▸ **Description of the task**: From the entries below, copy exactly the lines from the one that contains "f 154 74 155" through the one that contains "f 51 227 174", both included, and only those.
== Segment start ==
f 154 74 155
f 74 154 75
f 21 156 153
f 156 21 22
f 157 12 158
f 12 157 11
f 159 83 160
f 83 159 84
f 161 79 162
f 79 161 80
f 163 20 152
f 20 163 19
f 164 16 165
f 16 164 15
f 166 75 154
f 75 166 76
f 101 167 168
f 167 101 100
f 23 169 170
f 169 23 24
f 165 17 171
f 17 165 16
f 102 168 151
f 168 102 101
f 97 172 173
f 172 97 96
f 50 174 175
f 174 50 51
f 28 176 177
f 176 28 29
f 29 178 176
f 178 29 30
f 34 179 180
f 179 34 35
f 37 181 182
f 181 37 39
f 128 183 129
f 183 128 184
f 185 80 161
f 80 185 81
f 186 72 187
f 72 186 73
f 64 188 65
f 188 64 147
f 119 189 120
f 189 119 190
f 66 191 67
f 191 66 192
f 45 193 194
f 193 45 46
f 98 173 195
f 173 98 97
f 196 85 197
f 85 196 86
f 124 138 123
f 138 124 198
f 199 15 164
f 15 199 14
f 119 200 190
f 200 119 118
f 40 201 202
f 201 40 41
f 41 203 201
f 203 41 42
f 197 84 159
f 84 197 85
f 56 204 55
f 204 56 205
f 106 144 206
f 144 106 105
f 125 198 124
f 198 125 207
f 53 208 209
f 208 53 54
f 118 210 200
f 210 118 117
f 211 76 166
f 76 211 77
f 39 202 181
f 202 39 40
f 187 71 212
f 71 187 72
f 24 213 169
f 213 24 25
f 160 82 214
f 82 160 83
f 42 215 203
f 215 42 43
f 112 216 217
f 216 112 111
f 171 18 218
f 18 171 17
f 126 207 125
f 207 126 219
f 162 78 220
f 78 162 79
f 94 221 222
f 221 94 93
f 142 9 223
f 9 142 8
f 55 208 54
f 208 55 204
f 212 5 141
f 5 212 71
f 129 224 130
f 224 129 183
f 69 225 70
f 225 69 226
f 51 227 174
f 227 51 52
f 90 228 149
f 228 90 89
== Segment end ==
== Segment start ==
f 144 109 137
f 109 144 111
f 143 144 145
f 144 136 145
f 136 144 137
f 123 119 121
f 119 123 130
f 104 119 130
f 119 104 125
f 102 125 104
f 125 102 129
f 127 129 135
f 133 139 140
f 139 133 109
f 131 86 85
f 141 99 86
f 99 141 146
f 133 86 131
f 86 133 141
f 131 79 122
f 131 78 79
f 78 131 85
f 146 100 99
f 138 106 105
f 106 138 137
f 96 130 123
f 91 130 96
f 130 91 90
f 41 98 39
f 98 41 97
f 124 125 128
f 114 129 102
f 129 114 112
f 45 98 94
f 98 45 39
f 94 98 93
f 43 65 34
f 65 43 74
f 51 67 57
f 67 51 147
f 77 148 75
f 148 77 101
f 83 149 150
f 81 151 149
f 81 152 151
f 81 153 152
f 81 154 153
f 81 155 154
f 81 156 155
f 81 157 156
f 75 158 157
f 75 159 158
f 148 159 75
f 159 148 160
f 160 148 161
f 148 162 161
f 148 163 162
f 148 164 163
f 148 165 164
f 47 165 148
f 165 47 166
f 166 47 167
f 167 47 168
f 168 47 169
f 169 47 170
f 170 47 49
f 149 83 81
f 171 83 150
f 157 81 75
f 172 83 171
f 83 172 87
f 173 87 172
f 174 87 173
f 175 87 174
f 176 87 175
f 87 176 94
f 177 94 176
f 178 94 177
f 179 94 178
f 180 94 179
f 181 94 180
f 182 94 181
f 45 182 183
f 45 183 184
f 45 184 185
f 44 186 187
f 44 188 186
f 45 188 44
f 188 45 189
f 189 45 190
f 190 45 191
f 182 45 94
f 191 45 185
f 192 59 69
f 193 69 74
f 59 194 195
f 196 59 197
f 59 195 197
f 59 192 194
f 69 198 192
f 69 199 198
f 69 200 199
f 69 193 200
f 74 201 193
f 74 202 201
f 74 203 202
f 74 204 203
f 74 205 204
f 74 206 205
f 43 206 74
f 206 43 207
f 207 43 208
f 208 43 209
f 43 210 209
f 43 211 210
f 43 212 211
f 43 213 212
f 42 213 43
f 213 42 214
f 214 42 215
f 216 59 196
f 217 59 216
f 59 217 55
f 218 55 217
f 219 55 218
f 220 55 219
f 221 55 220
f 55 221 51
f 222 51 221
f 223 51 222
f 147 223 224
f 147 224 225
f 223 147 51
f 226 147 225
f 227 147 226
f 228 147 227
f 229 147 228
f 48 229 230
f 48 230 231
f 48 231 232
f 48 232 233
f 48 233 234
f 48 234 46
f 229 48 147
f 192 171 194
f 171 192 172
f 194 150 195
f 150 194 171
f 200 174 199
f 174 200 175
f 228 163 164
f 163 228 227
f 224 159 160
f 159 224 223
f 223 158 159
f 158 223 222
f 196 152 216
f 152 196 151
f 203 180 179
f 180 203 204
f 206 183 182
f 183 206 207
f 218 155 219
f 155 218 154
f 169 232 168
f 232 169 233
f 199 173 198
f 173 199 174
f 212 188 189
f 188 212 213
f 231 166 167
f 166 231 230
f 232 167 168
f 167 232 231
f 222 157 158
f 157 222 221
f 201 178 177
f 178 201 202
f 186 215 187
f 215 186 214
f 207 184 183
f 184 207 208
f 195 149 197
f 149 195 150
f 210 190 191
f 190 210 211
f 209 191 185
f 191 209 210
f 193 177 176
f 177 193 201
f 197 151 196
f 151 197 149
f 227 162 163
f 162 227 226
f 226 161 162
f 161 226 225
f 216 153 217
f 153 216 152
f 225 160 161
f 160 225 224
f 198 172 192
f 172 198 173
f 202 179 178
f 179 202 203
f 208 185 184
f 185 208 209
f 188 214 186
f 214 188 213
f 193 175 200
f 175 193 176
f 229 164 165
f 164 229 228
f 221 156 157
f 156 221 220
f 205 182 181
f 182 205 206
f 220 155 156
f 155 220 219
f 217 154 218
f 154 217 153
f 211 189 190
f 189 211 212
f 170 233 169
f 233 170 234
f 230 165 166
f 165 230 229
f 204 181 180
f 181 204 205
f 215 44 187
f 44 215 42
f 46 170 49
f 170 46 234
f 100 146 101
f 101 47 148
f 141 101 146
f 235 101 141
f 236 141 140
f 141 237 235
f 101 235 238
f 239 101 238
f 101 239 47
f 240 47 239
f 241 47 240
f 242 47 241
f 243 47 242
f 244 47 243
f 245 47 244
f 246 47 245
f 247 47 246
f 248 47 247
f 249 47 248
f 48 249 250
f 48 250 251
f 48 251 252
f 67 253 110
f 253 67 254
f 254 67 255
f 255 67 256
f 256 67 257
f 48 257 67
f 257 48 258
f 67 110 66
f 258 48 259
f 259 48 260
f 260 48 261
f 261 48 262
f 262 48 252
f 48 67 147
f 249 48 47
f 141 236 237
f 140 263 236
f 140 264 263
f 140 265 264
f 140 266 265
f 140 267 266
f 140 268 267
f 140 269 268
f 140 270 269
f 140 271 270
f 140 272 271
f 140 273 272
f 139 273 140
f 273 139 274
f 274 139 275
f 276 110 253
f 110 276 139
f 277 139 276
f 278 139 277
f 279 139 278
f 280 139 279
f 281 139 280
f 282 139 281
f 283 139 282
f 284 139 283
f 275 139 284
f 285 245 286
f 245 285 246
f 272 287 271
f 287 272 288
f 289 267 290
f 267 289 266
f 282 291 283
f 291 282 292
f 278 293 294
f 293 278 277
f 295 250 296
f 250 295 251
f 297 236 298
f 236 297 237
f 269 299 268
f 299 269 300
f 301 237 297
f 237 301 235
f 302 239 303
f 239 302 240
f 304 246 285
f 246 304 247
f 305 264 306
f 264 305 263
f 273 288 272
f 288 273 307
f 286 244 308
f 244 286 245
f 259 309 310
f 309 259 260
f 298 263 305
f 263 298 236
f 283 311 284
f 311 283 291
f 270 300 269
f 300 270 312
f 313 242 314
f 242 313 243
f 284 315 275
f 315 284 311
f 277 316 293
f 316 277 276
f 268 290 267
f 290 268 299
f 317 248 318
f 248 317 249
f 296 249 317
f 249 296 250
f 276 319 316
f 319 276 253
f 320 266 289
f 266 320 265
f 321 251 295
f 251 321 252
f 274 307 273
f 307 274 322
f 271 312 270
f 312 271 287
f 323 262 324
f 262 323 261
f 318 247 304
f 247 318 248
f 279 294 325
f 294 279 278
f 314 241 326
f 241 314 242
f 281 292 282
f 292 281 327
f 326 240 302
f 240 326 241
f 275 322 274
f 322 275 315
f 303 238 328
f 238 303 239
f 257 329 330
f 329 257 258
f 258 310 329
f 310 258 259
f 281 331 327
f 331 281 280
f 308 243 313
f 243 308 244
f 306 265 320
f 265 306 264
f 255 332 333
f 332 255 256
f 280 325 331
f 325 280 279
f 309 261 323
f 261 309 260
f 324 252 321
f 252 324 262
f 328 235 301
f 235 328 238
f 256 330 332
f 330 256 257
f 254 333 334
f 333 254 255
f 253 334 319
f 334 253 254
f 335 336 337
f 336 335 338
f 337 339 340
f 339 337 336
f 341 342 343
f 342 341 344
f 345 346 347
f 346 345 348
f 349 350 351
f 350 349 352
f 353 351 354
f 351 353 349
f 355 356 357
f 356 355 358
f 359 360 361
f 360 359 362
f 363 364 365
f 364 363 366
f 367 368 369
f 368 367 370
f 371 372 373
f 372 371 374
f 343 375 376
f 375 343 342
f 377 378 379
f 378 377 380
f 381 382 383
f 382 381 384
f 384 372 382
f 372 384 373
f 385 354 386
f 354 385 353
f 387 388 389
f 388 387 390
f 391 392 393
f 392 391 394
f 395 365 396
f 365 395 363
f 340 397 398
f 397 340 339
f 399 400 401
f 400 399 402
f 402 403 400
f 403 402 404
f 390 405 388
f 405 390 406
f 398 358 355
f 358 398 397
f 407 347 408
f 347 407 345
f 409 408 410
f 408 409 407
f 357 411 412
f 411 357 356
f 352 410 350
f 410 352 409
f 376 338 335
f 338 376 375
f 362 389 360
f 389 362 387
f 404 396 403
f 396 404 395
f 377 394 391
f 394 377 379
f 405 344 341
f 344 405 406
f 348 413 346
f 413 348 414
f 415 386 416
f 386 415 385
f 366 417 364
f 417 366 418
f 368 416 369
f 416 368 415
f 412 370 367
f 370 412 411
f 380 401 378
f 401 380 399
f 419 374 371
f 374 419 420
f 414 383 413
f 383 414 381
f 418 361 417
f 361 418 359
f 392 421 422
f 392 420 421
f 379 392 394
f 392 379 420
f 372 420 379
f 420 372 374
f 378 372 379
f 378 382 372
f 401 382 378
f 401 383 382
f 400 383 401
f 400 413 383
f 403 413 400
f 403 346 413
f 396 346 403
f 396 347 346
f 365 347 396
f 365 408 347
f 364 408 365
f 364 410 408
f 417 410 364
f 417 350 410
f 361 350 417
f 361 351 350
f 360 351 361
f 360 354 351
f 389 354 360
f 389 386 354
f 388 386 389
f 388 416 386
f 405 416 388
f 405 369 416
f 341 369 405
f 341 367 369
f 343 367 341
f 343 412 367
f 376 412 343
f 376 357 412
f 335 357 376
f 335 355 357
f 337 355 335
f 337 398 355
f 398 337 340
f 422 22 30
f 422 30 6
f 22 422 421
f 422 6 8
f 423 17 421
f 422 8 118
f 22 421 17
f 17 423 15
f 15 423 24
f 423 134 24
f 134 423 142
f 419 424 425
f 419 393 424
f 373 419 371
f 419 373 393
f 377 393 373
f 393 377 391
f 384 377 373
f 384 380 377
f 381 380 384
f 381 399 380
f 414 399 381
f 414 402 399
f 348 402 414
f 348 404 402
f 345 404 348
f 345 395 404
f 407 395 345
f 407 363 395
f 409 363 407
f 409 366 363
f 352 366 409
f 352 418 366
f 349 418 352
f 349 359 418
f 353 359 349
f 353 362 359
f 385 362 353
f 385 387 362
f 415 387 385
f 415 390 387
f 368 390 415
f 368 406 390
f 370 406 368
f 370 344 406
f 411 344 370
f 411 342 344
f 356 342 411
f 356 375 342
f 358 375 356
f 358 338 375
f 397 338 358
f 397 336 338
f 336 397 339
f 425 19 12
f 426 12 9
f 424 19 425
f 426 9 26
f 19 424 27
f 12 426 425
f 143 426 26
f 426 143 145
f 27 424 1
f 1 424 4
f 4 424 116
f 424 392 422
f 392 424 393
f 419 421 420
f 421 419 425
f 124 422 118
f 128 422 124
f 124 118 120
== Segment end ==
▸ **Your solution**:
f 154 74 155
f 74 154 75
f 21 156 153
f 156 21 22
f 157 12 158
f 12 157 11
f 159 83 160
f 83 159 84
f 161 79 162
f 79 161 80
f 163 20 152
f 20 163 19
f 164 16 165
f 16 164 15
f 166 75 154
f 75 166 76
f 101 167 168
f 167 101 100
f 23 169 170
f 169 23 24
f 165 17 171
f 17 165 16
f 102 168 151
f 168 102 101
f 97 172 173
f 172 97 96
f 50 174 175
f 174 50 51
f 28 176 177
f 176 28 29
f 29 178 176
f 178 29 30
f 34 179 180
f 179 34 35
f 37 181 182
f 181 37 39
f 128 183 129
f 183 128 184
f 185 80 161
f 80 185 81
f 186 72 187
f 72 186 73
f 64 188 65
f 188 64 147
f 119 189 120
f 189 119 190
f 66 191 67
f 191 66 192
f 45 193 194
f 193 45 46
f 98 173 195
f 173 98 97
f 196 85 197
f 85 196 86
f 124 138 123
f 138 124 198
f 199 15 164
f 15 199 14
f 119 200 190
f 200 119 118
f 40 201 202
f 201 40 41
f 41 203 201
f 203 41 42
f 197 84 159
f 84 197 85
f 56 204 55
f 204 56 205
f 106 144 206
f 144 106 105
f 125 198 124
f 198 125 207
f 53 208 209
f 208 53 54
f 118 210 200
f 210 118 117
f 211 76 166
f 76 211 77
f 39 202 181
f 202 39 40
f 187 71 212
f 71 187 72
f 24 213 169
f 213 24 25
f 160 82 214
f 82 160 83
f 42 215 203
f 215 42 43
f 112 216 217
f 216 112 111
f 171 18 218
f 18 171 17
f 126 207 125
f 207 126 219
f 162 78 220
f 78 162 79
f 94 221 222
f 221 94 93
f 142 9 223
f 9 142 8
f 55 208 54
f 208 55 204
f 212 5 141
f 5 212 71
f 129 224 130
f 224 129 183
f 69 225 70
f 225 69 226
f 51 227 174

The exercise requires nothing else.